Your goal
With both ends included, transcribe exactly the records below from their first line to the line that contains "f 54 45 103".

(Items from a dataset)
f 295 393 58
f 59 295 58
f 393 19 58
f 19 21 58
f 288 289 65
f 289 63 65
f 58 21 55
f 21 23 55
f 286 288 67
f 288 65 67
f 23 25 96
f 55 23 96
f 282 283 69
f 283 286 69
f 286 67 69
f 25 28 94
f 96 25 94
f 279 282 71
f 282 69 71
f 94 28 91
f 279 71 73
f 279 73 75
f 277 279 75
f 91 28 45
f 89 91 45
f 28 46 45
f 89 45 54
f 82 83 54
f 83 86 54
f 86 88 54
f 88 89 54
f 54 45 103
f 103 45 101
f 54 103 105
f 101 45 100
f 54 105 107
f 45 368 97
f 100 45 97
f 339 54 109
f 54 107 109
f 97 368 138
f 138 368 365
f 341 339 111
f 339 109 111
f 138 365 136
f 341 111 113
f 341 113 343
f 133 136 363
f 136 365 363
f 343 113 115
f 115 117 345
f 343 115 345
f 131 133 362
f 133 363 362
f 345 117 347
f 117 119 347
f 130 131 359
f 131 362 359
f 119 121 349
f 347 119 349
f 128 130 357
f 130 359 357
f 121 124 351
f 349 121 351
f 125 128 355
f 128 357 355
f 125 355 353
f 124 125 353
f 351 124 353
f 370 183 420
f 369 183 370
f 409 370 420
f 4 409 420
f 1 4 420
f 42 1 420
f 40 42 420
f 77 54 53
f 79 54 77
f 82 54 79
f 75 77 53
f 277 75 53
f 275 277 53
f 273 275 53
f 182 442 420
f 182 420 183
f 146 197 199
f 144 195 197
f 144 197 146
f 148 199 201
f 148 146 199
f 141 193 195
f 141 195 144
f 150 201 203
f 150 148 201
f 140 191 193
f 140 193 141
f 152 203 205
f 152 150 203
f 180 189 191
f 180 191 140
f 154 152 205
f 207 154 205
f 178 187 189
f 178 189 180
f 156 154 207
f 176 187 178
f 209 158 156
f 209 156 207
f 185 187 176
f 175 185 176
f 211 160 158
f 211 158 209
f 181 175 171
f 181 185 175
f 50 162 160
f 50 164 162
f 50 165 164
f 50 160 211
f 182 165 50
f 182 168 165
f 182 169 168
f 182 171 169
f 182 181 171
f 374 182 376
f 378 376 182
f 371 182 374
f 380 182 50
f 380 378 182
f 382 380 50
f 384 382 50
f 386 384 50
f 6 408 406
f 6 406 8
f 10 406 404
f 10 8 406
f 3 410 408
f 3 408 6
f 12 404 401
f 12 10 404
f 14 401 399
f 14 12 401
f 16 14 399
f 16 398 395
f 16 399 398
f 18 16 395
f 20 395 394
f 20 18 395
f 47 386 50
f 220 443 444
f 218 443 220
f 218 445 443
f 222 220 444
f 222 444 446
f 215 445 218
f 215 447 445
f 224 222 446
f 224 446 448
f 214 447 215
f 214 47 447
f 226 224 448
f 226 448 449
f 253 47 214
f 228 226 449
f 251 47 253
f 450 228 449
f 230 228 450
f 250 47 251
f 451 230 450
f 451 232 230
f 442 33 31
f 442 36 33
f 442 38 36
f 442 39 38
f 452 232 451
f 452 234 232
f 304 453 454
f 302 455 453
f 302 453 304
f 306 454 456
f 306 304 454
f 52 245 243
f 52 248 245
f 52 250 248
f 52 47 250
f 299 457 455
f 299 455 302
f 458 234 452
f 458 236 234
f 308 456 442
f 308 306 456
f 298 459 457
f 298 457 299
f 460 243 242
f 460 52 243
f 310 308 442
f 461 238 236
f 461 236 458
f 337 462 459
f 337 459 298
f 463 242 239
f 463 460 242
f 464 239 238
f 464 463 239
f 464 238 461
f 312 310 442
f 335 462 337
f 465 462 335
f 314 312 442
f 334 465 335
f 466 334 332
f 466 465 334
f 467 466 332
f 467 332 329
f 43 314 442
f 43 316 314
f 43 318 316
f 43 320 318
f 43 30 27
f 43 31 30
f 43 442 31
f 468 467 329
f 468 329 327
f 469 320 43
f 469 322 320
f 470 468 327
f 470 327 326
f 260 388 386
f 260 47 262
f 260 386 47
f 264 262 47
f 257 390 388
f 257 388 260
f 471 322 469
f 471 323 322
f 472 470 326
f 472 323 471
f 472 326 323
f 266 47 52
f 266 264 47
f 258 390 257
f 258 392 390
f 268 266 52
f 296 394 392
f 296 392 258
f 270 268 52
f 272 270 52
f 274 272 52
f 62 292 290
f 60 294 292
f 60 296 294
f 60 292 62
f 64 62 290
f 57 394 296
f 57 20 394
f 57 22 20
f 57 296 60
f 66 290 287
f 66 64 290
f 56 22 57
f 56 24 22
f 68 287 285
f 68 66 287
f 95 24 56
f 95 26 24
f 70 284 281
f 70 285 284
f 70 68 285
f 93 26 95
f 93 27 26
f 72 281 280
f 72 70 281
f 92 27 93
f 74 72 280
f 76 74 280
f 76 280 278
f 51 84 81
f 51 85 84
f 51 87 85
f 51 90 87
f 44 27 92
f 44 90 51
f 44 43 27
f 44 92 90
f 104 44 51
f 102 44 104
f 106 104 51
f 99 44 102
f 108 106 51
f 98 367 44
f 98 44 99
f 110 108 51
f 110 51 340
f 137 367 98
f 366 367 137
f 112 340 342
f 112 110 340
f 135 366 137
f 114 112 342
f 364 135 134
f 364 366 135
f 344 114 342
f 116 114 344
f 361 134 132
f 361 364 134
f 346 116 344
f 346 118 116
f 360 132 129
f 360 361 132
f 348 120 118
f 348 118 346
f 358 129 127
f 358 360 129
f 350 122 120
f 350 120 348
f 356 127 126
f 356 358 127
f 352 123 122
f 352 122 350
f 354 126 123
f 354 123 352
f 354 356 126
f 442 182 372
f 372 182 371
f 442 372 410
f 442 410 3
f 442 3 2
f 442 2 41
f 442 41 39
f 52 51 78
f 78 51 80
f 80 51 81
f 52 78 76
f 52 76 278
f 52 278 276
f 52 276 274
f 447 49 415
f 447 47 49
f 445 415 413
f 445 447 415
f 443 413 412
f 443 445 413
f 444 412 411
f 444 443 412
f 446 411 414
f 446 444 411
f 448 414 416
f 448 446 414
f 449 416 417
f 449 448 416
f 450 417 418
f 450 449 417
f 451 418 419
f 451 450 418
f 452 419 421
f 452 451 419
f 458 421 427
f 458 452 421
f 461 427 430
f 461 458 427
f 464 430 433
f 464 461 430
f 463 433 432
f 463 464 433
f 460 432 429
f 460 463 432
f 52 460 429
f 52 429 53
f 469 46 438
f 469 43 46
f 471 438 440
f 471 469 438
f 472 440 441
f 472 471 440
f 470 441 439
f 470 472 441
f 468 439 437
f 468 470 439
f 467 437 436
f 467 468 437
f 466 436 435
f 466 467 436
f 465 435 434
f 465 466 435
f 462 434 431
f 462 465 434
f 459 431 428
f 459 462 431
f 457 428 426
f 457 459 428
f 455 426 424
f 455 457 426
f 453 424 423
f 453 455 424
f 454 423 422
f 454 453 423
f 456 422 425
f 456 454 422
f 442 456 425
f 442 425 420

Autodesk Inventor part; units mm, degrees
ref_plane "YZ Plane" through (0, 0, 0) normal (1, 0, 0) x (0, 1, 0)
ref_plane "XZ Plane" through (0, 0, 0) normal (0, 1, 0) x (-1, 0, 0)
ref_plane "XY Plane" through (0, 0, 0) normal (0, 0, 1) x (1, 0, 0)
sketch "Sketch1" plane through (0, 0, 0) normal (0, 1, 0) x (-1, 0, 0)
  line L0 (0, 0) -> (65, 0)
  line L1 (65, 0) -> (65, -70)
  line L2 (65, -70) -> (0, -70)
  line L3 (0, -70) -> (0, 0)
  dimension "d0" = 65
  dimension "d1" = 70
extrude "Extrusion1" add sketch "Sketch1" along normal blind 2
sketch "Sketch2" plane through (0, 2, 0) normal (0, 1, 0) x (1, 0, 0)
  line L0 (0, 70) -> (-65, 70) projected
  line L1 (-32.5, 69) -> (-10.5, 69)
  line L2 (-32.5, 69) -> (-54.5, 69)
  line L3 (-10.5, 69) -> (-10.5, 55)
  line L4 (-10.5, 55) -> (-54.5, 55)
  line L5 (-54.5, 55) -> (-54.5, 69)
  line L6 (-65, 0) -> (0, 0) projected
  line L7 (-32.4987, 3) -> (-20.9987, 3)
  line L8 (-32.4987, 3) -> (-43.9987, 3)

Written reply
f 295 393 58
f 59 295 58
f 393 19 58
f 19 21 58
f 288 289 65
f 289 63 65
f 58 21 55
f 21 23 55
f 286 288 67
f 288 65 67
f 23 25 96
f 55 23 96
f 282 283 69
f 283 286 69
f 286 67 69
f 25 28 94
f 96 25 94
f 279 282 71
f 282 69 71
f 94 28 91
f 279 71 73
f 279 73 75
f 277 279 75
f 91 28 45
f 89 91 45
f 28 46 45
f 89 45 54
f 82 83 54
f 83 86 54
f 86 88 54
f 88 89 54
f 54 45 103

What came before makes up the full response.